Sizi kandıranların dolduruşuna gelip, başta Sayın Meral Akşener olmak üzere gerçek vatanseverlerin uyarılarını dinlemeden kendinizi aday ilan ettirdiniz. İYİ Parti dışında, toplamı yüzde 1 bile etmeyen Demokrat Parti hariç AK Partiden dışlanmışlarla yola çıktınız.

5 parti başkanına cumhurbaşkanı yardımcılığı ve birer bakanlık garanti edince kendinizi onlara cumhurbaşkanı adayı ilan ettirdiniz. ‘Ben ne yapabilirim liderler karar verdi’ demek suretiyle aklımızla alay ettiniz.

CHP’nin beş parti olarak girdiği seçimlerde aldığı oy sizi tatmin ediyorsa söyleyecek sözüm yok. Tüm ülke muhalefeti arkanızdayken alınan yüzde 47,8 size yeterli geliyorsa yine sözüm yok. Ama yüzde 25 oy almak, üflesen yıkılacak Erdoğanı yenememek bana yeterli gelmiyor, hatta hazmedemiyorum. Halen sizin yanınızda ‘Efendim tarihi bir oy aldık’ diyenleri dinlemeniz ve hatta ciddiye almanız beni çıldırtıyor.

Bu mektup size yazdığım son mektuptur. Memleketinizi sevdiğinizi, çocuklarımızın geleceğini düşündüğünüzü biliyorum. Bu durumda, Türkiye’nin önünü açınız. Kongreler takvimini hemen başlatıp kurultayda aday olmayacağınızı açıklayınız. Bunu yaparsanız milyonların hayır duası ile birlikte tarihte saygın yerinizi alırsınız. Bu yönde bir açıklamanız yerel seçimler öncesi partilileri büyük ölçüde rahatlatır. Değişim heyecanı, mücadele ruhunu ve iradesini yeniden yüceltir.

Başta evladım dediğiniz, Sayın İmamoğlu dahil onlarca Genel Başkanlık yapabilecek CHP’li başarılı politikacılar olduğunu unutmayınız. Son birkaç yıldır, partimiz içinde söylemlerde Atatürkçülüğü, Türk milliyetçiliğini öne çıkarmak suç olmuş, partide nereden geldiği belli olmayan, sağdan soldan toplama yardakçıların ‘faşist’ suçlamalarının ana gerekçesi haline getirilmiştir.
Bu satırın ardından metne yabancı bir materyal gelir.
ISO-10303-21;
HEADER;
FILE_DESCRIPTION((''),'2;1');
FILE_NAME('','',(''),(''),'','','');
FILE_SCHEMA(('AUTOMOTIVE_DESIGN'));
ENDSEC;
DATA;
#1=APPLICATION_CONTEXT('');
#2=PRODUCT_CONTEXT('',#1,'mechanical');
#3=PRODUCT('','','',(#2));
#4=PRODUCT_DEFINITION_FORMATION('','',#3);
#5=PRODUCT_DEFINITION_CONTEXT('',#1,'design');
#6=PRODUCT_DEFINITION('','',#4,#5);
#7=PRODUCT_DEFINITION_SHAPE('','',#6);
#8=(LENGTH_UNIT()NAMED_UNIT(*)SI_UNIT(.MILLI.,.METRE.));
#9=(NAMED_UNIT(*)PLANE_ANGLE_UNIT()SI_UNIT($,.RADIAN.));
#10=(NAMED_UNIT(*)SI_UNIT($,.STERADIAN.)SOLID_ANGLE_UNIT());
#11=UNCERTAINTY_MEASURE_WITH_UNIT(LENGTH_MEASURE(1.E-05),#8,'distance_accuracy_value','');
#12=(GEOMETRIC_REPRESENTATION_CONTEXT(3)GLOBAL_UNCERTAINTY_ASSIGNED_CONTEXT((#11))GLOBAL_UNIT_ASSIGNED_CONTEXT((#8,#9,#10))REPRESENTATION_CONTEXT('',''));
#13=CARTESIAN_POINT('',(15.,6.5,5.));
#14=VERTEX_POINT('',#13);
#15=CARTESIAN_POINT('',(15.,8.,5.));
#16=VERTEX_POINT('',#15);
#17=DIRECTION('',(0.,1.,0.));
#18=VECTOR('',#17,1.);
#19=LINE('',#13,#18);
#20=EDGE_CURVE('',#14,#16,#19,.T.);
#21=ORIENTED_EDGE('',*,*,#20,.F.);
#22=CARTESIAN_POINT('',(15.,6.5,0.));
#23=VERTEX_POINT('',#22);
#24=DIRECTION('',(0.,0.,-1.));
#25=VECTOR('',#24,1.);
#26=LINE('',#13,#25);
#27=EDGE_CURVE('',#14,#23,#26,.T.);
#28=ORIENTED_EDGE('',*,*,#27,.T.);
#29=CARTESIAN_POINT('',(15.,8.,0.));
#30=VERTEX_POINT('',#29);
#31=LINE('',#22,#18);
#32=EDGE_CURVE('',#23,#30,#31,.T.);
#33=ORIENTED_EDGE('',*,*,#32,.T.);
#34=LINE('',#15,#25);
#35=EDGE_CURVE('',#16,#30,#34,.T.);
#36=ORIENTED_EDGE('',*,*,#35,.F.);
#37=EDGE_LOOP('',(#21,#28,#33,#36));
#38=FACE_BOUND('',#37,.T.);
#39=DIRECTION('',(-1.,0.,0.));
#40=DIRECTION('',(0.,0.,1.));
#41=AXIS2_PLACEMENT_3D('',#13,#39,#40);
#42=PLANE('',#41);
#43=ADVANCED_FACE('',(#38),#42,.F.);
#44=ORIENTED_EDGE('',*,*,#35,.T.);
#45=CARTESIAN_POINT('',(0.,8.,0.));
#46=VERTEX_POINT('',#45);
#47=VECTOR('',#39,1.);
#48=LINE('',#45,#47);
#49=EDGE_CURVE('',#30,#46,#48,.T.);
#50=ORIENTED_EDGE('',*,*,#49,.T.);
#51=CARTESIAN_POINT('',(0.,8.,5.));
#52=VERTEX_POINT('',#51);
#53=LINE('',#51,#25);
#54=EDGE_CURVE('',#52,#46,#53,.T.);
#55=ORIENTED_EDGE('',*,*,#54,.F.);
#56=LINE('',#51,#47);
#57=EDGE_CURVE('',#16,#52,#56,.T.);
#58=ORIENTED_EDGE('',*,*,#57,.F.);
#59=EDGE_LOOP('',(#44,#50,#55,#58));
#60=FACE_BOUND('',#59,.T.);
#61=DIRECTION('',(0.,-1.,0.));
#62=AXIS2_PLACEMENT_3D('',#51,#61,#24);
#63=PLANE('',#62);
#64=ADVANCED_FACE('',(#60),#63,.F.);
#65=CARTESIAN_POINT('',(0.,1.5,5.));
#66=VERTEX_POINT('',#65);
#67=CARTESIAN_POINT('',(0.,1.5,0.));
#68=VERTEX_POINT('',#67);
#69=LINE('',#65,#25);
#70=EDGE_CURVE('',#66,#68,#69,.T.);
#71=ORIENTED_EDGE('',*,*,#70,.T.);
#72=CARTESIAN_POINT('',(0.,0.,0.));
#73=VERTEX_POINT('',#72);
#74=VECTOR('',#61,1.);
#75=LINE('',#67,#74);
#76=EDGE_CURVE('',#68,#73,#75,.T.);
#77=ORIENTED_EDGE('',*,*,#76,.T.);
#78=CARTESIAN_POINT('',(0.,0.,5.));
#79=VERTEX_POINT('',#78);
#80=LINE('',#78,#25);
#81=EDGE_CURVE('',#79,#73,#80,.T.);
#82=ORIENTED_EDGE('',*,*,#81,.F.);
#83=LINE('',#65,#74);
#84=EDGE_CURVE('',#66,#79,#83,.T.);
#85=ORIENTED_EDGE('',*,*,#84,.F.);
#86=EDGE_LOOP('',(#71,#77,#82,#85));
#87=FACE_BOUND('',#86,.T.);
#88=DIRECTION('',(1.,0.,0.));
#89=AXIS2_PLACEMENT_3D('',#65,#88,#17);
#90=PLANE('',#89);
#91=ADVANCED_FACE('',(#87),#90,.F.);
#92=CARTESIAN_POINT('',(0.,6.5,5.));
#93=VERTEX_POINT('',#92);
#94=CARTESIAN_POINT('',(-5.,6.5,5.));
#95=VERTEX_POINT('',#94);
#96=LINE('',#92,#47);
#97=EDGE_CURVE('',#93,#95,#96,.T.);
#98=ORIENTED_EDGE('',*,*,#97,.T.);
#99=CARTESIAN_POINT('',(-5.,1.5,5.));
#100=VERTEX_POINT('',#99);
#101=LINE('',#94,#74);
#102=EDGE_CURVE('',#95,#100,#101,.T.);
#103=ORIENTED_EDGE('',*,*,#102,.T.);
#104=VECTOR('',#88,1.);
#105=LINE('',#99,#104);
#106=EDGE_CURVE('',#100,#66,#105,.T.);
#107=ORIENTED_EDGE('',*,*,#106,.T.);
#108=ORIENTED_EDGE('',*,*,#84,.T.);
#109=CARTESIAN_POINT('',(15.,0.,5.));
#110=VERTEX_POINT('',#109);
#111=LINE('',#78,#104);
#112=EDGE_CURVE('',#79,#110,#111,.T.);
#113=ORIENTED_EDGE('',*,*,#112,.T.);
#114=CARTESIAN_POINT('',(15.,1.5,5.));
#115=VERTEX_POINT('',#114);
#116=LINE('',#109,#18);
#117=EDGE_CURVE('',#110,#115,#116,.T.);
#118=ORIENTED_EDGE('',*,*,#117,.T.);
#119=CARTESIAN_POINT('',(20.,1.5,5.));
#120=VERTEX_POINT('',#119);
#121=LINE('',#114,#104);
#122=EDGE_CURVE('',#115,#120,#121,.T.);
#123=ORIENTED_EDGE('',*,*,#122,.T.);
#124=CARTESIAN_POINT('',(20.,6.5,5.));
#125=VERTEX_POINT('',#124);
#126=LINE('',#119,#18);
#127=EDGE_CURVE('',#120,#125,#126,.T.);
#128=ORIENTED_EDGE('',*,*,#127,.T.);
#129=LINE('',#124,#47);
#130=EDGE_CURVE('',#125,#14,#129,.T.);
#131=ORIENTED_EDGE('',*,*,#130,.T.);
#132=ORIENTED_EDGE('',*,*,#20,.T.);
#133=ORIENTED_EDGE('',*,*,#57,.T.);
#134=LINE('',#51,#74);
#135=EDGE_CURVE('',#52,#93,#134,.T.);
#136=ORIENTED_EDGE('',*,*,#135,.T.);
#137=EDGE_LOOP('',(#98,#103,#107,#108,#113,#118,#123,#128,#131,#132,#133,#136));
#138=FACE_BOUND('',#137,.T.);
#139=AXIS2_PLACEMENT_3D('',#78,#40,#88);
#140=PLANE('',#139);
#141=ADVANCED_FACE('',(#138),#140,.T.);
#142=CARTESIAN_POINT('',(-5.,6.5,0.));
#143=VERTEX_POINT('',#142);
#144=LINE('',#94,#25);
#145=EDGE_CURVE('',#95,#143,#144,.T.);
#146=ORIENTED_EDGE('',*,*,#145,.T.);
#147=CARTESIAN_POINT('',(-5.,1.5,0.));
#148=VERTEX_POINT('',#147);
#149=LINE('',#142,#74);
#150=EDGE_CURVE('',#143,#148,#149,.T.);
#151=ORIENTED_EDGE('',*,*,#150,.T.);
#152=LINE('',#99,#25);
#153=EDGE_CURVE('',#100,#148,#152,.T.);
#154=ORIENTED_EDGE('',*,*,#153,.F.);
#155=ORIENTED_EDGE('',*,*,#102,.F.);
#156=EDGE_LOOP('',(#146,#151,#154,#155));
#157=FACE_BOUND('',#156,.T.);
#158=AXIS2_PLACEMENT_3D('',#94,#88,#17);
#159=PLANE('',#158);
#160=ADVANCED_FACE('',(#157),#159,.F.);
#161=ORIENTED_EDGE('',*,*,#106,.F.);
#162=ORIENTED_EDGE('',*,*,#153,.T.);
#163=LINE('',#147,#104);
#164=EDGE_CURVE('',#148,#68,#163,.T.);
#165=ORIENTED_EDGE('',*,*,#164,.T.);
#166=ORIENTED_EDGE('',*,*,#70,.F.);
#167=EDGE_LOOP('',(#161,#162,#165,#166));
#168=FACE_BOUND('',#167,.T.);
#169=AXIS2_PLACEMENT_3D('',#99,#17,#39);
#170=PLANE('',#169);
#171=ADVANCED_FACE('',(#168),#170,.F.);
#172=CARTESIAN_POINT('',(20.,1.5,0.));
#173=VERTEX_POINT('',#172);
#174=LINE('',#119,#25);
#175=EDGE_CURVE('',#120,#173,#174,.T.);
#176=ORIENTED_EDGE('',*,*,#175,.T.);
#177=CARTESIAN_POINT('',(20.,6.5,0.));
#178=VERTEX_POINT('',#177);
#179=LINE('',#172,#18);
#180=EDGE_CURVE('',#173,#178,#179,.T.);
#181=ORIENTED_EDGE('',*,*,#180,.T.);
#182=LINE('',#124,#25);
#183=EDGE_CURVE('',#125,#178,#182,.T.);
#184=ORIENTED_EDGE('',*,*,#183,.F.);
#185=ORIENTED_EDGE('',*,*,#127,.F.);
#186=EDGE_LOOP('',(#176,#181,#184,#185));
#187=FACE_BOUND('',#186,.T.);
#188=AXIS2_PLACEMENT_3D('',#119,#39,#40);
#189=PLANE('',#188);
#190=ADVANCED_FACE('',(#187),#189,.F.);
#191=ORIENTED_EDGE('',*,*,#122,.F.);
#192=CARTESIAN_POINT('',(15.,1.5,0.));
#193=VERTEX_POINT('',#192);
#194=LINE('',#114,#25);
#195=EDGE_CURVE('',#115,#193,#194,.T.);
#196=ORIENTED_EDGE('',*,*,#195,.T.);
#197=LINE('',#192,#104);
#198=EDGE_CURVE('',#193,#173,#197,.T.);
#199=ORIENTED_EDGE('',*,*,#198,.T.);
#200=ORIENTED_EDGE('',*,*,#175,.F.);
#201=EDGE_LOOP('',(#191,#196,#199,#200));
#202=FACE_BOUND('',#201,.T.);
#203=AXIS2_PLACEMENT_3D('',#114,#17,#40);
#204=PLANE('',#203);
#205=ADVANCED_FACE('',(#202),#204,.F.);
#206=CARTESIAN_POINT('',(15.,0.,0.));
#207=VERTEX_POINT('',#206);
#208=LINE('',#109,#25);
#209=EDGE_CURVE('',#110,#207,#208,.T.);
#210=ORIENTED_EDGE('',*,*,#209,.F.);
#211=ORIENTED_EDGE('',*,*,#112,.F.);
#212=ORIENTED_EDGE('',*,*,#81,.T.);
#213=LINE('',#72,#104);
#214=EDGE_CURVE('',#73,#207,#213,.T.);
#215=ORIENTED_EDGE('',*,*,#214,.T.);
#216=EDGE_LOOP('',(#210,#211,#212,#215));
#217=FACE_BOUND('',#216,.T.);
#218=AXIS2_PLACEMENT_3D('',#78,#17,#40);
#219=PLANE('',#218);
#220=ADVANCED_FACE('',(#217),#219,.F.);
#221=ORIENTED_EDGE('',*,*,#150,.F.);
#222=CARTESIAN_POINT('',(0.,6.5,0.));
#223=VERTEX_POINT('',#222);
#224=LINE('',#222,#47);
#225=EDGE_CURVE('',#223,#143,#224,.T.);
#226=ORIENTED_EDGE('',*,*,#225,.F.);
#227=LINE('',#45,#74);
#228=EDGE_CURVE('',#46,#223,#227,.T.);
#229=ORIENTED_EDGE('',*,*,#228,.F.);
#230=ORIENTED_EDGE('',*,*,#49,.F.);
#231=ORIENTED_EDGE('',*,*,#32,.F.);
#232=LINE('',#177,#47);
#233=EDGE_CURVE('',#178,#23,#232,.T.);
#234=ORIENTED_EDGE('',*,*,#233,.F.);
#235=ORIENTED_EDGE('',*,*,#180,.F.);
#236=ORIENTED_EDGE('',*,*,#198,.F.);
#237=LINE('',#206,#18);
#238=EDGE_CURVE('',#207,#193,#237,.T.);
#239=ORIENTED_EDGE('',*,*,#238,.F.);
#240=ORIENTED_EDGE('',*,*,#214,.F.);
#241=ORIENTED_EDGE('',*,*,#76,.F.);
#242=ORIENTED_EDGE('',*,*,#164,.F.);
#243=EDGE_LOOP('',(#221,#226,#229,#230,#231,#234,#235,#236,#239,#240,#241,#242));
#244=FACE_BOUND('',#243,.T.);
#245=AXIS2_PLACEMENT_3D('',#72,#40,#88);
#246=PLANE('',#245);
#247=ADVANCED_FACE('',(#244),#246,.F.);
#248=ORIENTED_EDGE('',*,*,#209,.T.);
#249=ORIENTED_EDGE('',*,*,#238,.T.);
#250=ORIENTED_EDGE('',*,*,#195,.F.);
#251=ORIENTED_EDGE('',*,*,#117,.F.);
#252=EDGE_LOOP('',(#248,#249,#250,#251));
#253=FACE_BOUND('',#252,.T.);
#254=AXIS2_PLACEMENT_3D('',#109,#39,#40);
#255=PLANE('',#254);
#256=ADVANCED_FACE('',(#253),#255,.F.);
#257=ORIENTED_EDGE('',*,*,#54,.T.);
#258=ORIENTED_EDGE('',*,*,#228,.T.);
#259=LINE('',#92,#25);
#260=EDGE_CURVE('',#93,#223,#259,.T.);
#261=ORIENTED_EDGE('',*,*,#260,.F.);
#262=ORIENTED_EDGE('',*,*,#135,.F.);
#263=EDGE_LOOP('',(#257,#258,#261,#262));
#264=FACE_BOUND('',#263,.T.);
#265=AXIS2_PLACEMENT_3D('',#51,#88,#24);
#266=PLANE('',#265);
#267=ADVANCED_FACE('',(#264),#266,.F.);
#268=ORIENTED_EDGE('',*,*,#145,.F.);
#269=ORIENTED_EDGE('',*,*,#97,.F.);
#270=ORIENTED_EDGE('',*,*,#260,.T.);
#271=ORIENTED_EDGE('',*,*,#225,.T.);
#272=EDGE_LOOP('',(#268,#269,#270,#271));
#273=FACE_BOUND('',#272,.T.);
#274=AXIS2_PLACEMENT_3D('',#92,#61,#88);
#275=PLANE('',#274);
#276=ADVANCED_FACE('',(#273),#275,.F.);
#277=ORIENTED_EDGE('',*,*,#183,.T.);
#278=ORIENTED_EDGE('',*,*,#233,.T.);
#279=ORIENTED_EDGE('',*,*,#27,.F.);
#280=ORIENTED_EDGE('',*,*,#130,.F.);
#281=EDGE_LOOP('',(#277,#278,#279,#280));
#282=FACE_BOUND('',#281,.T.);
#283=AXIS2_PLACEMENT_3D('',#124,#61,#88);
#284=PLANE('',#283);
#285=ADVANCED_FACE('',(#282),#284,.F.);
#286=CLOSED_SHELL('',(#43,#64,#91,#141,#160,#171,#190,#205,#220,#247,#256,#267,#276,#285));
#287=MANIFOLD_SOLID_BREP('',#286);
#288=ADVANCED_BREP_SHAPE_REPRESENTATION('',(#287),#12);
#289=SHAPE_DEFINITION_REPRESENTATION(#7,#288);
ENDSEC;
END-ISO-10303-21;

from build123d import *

# Parameters (mm, degrees)
BOSS_EXTRUDE1_DEPTH = 5


with BuildPart() as part:
    # Sketch1 → Boss-Extrude1 (new body)
    with BuildSketch(Plane.XY):
        Polygon((0, 8), (0, 6.5), (-5, 6.5), (-5, 1.5), (0, 1.5), (0, 0), (15, 0), (15, 1.5), (20, 1.5), (20, 6.5), (15, 6.5), (15, 8), align=None)
    extrude(amount=BOSS_EXTRUDE1_DEPTH)


solid = part.part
Biz devrimci bir partiyiz. Direnmemiz gerektiğinde direniriz. Değişim zamanı gelince değişim şart diyebilmeliyiz. Şimdi herkes başını kuma gömmüş bekliyor. Ben başımı kuma gömmüyorum. Başarısız olduk, değişim şart ve kral çıplak."

Tanju Özcan, basın toplantısında daha sonra şu açıklamayı yaptı:

“Genel başkanımızın bu mektuba vereceği cevabı merak ediyorum. Bu yazdığım mektup belki siyasi olarak bana çok zarar verecek, önemsemiyorum. İleride bu söylediklerimin değeri daha da öne çıkacak. Milyonlarca benim gibi düşünen insan olduğunu biliyorum. Sayın genel başkanımızı da güzelce emekli edip saygıyla kendisini uğurlayalım istiyorum.” 

Başkan Özcan, geçici ihraç cezasının bitmesine sayılı günler kala, mektup partiye dönüşünüzü zorlaştırır mı? şeklindeki soruya da şöyle cevap verdi:

“Onu ben bilmem. Benim sürem ayın 13’ünde doluyor. Ben bugüne kadar söylediklerimin arkasındayım, yaptıklarımın arkasındayım. Zaman zaman hatalarım oldu. Özür dilemekten çekinen bir siyasetçi de olmadım. Ama hep içten ve samimi konuştum. Bundan sonraki siyasi hayatım beni nereye götürürse oraya giderim. Eve gitmem gerekiyorsa evime dönerim. Başka bir hareket yapmam gerekiyorsa da onu yapmaktan çekinmem."